Not only does shredded wheat contain less carbohydrates, but it also has less net carbohydrates as well — the carbohydrates left over after you subtract your fiber calories.
This means that if you’re trying to watch your carb calories, shredded wheat would be preferable over oatmeal.
Calcium is a mineral that is required by the body to build strong bones and maintain bone health. As an electrolyte, it also plays a role in regulating the electrical pulses in the body.
If adding calcium to your diet is a priority for you, then opting for shredded wheat over oatmeal would be preferable because shredded wheat contains significantly more calcium than oatmeal does. In fact, oatmeal has virtually no calcium per serving.
Benefits Of Oatmeal
Now that we’ve gone over the advantages of choosing shredded wheat for your morning meal, let’s examine some of the benefits of opting for oatmeal instead.
Fiber consumption comes with a plethora of health benefits, including:
- Helping to normalize bowel movements
- Lowering cholesterol
- Normalizing blood sugar levels
- And more
The FDA recommends getting at least 25 gram of fiber for every 2,000 calories you eat.
One of the benefits of choosing oatmeal over other cereal products is that it has significantly more fiber per serving — especially the steel cut variety.
If adding protein to your diet is a priority for you — as it is for many embarking on a plant-based diet — then oatmeal would be the better breakfast cereal to choose over shredded wheat.
Both rolled oats and instant oats have nearly double the protein content (per serving) that shredded wheat cereal has, and the steel cut variety of oats has more than triple the protein!

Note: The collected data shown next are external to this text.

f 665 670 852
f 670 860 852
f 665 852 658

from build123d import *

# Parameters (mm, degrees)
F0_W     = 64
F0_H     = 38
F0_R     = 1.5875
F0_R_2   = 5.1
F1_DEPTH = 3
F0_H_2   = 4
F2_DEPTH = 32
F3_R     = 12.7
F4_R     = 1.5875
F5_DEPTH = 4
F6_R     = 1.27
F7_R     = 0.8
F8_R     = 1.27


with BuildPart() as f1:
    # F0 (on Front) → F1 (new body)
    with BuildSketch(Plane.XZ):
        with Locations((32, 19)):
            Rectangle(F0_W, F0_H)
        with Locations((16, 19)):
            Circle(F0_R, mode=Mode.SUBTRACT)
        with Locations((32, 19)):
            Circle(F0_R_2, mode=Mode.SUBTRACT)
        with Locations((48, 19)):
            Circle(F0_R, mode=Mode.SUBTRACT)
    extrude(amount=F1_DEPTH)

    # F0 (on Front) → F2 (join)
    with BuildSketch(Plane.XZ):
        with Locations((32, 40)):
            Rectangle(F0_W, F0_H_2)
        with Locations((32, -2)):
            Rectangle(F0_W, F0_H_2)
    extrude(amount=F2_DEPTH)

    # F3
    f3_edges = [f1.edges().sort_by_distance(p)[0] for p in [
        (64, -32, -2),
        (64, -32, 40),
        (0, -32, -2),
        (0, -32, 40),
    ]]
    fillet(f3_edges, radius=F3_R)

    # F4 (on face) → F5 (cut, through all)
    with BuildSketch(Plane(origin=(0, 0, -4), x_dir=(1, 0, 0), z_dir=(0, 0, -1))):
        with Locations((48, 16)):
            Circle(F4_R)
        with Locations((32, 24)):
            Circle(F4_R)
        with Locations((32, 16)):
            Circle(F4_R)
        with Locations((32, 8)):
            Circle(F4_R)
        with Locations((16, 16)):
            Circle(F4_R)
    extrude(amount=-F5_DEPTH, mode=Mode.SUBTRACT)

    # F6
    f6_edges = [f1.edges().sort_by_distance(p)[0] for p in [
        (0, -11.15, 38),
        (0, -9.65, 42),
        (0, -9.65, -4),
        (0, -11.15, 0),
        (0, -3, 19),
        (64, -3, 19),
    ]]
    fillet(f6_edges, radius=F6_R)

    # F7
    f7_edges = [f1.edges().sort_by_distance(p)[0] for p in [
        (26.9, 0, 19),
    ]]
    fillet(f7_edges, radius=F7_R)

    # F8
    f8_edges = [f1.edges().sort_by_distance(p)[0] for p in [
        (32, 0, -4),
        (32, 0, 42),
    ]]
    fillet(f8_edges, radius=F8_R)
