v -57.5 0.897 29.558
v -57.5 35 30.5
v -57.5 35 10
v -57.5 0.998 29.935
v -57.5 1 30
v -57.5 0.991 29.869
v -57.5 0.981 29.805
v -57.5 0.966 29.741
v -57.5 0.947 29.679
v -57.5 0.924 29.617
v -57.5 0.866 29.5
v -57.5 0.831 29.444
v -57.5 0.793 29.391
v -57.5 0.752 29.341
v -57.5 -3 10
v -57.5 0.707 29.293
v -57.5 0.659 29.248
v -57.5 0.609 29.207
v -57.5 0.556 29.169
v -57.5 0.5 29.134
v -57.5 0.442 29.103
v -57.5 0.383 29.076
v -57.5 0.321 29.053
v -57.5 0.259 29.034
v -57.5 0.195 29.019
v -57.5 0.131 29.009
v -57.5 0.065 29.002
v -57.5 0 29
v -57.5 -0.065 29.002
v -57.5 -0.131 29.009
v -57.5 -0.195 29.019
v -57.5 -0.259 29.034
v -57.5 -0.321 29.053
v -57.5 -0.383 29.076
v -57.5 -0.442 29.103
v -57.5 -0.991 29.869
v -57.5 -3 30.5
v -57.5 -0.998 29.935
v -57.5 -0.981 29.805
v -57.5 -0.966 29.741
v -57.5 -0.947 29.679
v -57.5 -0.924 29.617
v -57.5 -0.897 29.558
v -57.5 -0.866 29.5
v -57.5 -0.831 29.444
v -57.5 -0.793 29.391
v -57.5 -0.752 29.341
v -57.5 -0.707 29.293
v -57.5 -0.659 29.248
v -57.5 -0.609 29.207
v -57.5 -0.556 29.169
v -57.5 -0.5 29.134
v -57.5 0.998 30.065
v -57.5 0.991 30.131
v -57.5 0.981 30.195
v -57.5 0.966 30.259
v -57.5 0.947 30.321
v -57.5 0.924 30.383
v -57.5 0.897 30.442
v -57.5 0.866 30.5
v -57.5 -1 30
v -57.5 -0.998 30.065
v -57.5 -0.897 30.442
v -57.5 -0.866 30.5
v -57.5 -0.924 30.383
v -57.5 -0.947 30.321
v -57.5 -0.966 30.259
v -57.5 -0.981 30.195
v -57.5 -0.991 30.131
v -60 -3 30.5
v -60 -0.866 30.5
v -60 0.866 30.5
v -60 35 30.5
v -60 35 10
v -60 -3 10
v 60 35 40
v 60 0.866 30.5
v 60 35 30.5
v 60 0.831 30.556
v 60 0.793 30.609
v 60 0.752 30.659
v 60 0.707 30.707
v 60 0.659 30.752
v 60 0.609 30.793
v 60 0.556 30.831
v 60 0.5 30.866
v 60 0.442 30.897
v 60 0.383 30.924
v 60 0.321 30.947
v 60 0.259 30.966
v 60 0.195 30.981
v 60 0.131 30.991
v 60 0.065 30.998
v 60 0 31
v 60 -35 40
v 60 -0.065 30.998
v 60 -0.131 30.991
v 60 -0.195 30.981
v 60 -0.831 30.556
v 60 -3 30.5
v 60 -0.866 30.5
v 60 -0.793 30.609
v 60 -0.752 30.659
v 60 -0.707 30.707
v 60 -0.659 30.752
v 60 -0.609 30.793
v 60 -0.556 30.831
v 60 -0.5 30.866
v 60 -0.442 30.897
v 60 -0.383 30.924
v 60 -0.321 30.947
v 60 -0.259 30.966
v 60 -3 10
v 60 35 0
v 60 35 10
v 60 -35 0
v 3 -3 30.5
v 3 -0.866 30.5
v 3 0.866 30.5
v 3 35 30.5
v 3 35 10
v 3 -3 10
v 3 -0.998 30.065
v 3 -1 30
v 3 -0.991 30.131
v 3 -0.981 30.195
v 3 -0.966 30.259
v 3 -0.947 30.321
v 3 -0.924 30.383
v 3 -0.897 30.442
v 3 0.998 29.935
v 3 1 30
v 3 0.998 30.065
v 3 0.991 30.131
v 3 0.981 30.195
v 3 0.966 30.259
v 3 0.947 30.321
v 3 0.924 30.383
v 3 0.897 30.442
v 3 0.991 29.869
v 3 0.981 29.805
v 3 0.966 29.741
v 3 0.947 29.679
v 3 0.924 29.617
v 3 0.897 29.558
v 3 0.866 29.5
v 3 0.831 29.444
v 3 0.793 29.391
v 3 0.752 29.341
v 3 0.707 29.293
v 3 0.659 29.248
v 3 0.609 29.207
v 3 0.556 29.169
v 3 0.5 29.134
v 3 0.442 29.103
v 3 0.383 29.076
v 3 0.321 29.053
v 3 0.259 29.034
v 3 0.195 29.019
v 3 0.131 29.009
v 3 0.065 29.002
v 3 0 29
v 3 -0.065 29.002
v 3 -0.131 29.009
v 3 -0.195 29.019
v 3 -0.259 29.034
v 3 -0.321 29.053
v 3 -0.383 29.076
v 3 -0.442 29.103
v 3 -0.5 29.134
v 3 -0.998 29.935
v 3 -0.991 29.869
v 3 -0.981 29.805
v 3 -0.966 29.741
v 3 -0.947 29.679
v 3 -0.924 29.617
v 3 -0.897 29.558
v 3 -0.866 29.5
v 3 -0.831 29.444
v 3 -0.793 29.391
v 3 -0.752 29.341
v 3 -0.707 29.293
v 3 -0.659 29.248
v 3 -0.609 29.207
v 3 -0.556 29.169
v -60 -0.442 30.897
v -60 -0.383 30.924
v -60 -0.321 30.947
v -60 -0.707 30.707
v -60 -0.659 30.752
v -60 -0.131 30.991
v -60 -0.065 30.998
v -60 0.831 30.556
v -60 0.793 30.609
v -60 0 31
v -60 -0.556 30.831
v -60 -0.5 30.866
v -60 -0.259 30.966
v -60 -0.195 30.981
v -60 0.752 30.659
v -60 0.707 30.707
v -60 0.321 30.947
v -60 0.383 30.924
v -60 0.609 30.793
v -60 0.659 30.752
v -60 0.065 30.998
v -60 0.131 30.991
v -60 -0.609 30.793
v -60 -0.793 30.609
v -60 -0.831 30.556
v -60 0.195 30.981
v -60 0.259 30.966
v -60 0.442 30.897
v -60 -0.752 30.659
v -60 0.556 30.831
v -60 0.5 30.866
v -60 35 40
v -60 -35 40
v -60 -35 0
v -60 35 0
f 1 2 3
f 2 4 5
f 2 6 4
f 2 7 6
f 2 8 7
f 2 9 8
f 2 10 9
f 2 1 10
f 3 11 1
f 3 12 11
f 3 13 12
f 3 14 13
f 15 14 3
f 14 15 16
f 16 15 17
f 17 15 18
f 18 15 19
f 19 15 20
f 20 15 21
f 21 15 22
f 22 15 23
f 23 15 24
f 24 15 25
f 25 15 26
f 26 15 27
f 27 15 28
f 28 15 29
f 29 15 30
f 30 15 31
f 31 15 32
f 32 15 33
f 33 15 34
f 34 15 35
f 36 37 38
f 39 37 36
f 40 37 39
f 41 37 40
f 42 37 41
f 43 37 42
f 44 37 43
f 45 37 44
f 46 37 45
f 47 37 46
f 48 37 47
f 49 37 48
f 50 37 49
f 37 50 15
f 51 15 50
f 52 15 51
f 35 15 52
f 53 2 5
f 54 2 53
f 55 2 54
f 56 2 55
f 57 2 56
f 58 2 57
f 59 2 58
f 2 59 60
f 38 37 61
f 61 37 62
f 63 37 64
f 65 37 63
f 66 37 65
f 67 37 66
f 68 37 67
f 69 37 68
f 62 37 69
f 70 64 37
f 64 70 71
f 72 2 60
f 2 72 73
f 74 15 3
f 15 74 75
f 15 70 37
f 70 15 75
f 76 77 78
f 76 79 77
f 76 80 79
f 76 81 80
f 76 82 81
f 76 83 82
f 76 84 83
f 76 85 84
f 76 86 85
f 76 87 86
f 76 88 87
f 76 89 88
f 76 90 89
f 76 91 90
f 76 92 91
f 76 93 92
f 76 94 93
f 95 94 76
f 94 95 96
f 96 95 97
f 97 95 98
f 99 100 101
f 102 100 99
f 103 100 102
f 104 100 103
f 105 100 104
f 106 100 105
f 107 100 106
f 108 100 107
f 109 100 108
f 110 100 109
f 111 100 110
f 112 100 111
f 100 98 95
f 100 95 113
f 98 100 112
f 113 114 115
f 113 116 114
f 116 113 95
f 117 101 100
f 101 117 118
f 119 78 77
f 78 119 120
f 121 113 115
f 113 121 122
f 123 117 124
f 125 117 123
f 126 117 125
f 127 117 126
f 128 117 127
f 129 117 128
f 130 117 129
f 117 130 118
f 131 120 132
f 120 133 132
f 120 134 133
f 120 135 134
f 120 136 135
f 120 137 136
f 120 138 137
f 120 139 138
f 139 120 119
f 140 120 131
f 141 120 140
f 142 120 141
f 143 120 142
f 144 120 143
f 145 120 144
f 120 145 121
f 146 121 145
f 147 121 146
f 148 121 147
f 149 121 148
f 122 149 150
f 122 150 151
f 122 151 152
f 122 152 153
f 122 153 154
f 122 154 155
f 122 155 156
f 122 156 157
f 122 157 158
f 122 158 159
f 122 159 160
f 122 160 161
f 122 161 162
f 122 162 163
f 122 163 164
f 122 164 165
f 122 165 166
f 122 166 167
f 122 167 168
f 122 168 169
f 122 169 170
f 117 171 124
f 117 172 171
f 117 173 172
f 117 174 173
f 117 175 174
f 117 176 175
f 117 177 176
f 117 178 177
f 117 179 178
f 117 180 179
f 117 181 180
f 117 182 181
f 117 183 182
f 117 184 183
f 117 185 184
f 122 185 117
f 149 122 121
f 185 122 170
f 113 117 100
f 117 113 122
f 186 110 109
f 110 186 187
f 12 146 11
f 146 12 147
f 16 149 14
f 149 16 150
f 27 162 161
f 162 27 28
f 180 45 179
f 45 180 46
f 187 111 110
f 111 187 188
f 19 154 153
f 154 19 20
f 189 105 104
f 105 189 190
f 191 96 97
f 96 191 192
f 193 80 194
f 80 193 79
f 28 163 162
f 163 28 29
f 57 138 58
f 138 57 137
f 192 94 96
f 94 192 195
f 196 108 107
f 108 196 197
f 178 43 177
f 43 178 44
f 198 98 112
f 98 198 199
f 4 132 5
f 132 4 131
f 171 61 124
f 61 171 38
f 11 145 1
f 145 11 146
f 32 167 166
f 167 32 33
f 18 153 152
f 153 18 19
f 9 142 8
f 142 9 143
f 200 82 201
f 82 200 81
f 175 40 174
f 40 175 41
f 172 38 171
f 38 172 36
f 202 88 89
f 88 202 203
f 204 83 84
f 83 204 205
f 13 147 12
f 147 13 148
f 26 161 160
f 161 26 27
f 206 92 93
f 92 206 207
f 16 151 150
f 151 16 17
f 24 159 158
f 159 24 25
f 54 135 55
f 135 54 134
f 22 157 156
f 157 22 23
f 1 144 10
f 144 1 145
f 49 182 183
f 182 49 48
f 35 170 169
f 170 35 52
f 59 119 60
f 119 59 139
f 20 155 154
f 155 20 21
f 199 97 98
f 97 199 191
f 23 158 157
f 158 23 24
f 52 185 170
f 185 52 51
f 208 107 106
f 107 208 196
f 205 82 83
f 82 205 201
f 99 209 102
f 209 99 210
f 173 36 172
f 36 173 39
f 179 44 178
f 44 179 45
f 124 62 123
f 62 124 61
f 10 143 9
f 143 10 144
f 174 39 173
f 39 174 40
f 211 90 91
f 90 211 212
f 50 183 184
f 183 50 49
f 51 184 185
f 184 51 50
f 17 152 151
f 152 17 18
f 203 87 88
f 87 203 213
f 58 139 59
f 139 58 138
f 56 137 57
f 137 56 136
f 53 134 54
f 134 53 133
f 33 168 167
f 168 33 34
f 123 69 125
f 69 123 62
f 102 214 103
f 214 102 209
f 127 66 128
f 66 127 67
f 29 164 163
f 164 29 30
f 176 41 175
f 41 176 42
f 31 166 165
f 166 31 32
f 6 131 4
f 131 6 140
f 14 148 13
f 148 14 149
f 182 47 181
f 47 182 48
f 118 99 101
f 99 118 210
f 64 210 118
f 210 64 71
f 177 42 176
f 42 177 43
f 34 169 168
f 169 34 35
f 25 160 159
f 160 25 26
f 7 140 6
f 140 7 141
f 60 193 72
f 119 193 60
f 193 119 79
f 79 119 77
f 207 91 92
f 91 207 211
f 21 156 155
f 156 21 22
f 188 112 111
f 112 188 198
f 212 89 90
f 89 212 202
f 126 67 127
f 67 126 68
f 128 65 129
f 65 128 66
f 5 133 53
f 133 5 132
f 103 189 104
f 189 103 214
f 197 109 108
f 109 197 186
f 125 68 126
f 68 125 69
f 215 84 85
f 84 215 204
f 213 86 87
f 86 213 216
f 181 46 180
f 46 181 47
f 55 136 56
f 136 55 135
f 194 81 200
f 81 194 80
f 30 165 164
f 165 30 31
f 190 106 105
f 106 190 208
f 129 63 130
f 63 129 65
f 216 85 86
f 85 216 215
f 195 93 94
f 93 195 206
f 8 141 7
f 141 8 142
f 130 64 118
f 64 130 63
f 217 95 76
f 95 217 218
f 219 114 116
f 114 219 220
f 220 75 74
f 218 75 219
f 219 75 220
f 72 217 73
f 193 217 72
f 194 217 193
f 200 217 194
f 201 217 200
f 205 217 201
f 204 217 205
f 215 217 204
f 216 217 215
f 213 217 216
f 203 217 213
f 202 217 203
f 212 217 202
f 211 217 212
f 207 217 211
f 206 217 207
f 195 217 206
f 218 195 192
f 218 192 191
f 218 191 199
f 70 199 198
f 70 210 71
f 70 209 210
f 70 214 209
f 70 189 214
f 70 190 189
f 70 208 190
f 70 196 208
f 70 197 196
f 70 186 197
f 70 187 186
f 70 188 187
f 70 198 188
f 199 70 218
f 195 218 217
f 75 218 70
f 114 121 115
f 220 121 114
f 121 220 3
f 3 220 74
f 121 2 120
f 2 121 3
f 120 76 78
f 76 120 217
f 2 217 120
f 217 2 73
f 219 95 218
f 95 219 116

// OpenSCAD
// Mini horizontal gel-electrophoresis box - buffer tank
// Print orientation: tank rests on XY plane at z = 0, builds upward (+Z)

// ---------------- Parameters ----------------
tank_x      = 120;   // outer length along X (mm)
tank_y      = 70;    // outer width along Y (mm)
tank_h      = 40;    // outer height along Z (mm)
wall        = 3;     // wall thickness (mm)
floor       = 3;     // floor thickness (mm)

platform_x  = 60;    // platform length along X (mm), centred
platform_y  = tank_y - 2 * wall;  // platform spans full inner width (mm)
platform_top = 10;   // platform top height above inner floor (mm) -> z = floor + platform_top

hole_d      = 2;     // electrode hole diameter (mm)
hole_y      = 0;     // electrode hole Y position (mm)
hole_z      = 30;    // electrode hole Z position (mm)

eps         = 0.5;   // cutter overshoot past faces (mm)
$fn         = 96;    // curve resolution

// Derived
inner_floor_z = floor;
platform_z0   = inner_floor_z + platform_top - wall;  // platform bottom (above floor)
chamber_h     = hole_z - platform_z0;                 // chamber height where water connects

// ---------------- Model ----------------
difference() {
    // Tank body: open top, solid floor and walls
    translate([-tank_x/2, -tank_y/2, 0])
        cube([tank_x, tank_y, tank_h]);

    // Cut out the two buffer chambers above the central platform
    for (sx = [-1, 1])
        translate([sx > 0 ? wall : -tank_x/2 - eps, -wall, platform_z0])
            cube([sx > 0 ? tank_x/2 - wall : wall, tank_y + 2*wall, chamber_h + eps]);

    // Horizontal electrode holes through each end wall, along X
    for (sx = [-1, 1])
        translate([sx * (tank_x/2 - wall/2), hole_y, hole_z])
            rotate([0, 90, 0])
                cylinder(d = hole_d, h = tank_x + 2*eps, center = true);
}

Much like calcium, potassium is an essential electrolyte that is responsible for regulating hydration, muscle function and the central nervous system.
According to a study published on PubMed, potassium supplementation helped to lower the blood pressure in hypertensive patients who were consuming normal amounts of sodium.

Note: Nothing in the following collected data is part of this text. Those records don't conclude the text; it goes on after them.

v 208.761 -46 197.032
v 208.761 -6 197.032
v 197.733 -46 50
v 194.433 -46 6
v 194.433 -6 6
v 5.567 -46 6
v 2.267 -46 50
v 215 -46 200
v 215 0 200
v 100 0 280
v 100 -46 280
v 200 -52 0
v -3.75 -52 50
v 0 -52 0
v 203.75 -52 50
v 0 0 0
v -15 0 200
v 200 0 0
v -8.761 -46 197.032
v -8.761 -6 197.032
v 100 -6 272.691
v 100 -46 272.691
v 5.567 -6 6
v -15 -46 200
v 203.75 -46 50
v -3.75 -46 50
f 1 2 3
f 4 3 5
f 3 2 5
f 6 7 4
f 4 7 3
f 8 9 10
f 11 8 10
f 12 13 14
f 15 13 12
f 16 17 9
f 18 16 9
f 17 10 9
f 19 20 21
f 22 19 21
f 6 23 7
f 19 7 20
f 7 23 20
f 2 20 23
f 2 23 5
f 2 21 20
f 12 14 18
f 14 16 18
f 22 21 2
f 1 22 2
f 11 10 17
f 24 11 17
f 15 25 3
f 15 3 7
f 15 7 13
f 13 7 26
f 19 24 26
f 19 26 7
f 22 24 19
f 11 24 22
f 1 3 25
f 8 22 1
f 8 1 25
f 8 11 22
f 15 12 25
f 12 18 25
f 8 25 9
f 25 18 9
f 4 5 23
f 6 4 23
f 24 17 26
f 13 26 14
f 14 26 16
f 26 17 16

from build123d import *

# Parameters (mm, degrees)
F1_DEPTH = 6
F3_DEPTH = 40
F5_DEPTH = 6


with BuildPart() as f1:
    # F0 (on Front) → F1 (new body)
    with BuildSketch(Plane.XZ):
        Polygon((-15, 200), (0, 0), (100, 0), (100, 200), align=None)
        Polygon((100, 200), (100, 0), (200, 0), (215, 200), align=None)
        Polygon((100, 280), (100, 200), (215, 200), align=None)
        Polygon((100, 280), (-15, 200), (100, 200), align=None)
    extrude(amount=F1_DEPTH)

    # F2 (on face) → F3 (join)
    with BuildSketch(Plane.XZ.offset(6)):
        Polygon((100, 280), (-15, 200), (0, 0), (200, 0), (215, 200), align=None)
        Polygon((-8.760511823, 197.0315087877), (100, 272.6909952733), (208.760511823, 197.0315087877), (194.433148664, 6), (5.566851336, 6), align=None, mode=Mode.SUBTRACT)
    extrude(amount=F3_DEPTH)

    # F4 (on face) → F5 (join)
    with BuildSketch(Plane.XZ.offset(46)):
        Polygon((197.733148664, 50), (2.266851336, 50), (5.566851336, 6), (194.433148664, 6), align=None)
        Polygon((2.266851336, 50), (-3.75, 50), (0, 0), (200, 0), (203.75, 50), (197.733148664, 50), (194.433148664, 6), (5.566851336, 6), align=None)
    extrude(amount=F5_DEPTH)


solid = f1.part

Another benefit you’ll enjoy when opting for oatmeal over shredded wheat is that it has significantly more potassium per serving. The rolled and instant variety of oats contain roughly 30% more potassium per serving, and steel cut oats have nearly triple the potassium content per serving.
Higher Iron Content
Iron is an essential mineral that is mostly responsible for delivering oxygen throughout the body. A lack of iron in the diet can lead to anemia. It can also cause shortness of breath, a fast heartbeat, cold hands and feet, and brittle nails. [source]

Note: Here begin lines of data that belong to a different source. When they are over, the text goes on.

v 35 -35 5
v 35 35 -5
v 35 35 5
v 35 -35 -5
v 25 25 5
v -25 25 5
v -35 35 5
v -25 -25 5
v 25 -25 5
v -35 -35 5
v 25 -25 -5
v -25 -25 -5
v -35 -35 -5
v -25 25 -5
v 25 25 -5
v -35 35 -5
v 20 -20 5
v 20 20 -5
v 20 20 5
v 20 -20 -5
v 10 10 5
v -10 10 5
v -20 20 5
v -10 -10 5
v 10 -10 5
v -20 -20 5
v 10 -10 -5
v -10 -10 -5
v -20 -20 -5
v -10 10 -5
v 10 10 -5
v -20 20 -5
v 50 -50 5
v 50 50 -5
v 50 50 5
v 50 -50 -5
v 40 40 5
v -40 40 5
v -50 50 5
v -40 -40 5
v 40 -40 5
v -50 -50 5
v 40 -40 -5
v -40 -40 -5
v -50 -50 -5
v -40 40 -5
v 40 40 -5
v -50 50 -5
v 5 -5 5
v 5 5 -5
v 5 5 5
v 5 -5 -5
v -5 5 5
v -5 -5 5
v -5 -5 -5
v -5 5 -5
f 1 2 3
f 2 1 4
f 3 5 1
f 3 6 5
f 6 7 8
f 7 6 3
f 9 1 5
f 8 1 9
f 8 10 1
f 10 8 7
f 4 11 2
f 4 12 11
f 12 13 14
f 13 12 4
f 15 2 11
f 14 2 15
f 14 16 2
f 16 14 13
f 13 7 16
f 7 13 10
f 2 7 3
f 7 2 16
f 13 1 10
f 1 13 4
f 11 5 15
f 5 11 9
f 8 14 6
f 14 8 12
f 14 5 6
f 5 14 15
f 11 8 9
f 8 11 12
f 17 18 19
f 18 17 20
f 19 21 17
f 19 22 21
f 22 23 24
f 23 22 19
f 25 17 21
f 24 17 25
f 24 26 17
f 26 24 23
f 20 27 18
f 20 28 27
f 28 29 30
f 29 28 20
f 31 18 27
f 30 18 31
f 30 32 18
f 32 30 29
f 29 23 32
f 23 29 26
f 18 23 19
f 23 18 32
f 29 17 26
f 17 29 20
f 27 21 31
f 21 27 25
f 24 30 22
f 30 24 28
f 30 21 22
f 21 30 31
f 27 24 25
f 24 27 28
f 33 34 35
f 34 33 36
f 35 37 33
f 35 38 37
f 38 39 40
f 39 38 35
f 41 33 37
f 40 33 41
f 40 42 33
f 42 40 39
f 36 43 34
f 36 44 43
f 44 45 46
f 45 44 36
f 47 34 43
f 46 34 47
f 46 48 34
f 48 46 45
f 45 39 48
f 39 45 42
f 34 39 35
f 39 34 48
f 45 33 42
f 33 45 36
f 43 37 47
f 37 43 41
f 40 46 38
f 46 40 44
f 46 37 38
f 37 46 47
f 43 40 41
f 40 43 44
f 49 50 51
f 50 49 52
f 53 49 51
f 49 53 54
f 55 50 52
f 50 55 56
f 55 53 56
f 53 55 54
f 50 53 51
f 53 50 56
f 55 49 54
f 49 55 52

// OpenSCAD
extruder = 0;
spacing = 5;
size = 10;

if(extruder == 0) {
	cube(size, center=true);
	difference() {
		cube([5 * size + 4 * spacing, 5 * size + 4 * spacing, size], center=true);
		cube([3 * size + 4 * spacing, 3 * size + 4 * spacing, size + 2], center=true);
	}

	difference() {
		cube([3 * size + 2 * spacing, 3 * size + 2 * spacing, size], center=true);
		cube([size + 2 * spacing, size + 2 * spacing, size + 2], center=true);
	}
	difference() {
		cube([7 * size + 6 * spacing, 7 * size + 6 * spacing, size], center=true);
		cube([5 * size + 6 * spacing, 5 * size + 6 * spacing, size + 2], center=true);
	}
}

It is recommended that women between the ages of 19 to 50 consume 18 mg of iron per day, whereas adult men require only 8 mg.
A diet more inclusive of iron would require you to choose either variety of oatmeal over shredded wheat. Both rolled oats and instant oats have roughly four times as much iron per serving as shredded wheat cereal has, and the steel cut variety contains roughly seven times as much iron per servings.
The comparison between shredded wheat vs oatmeal is a close call. Regardless of whichever starchy grain you choose to start your day with, they both share plenty of benefits:
- They’re both low in fat.
- They’re both high in fiber.
- They both have no sodium.
- They both have a modest amount of potassium.
- Both shredded wheat and oatmeal are minimally-processed plant-based foods.
The cereal you should choose boils down to the differences in nutrients and which are a bigger priority for you.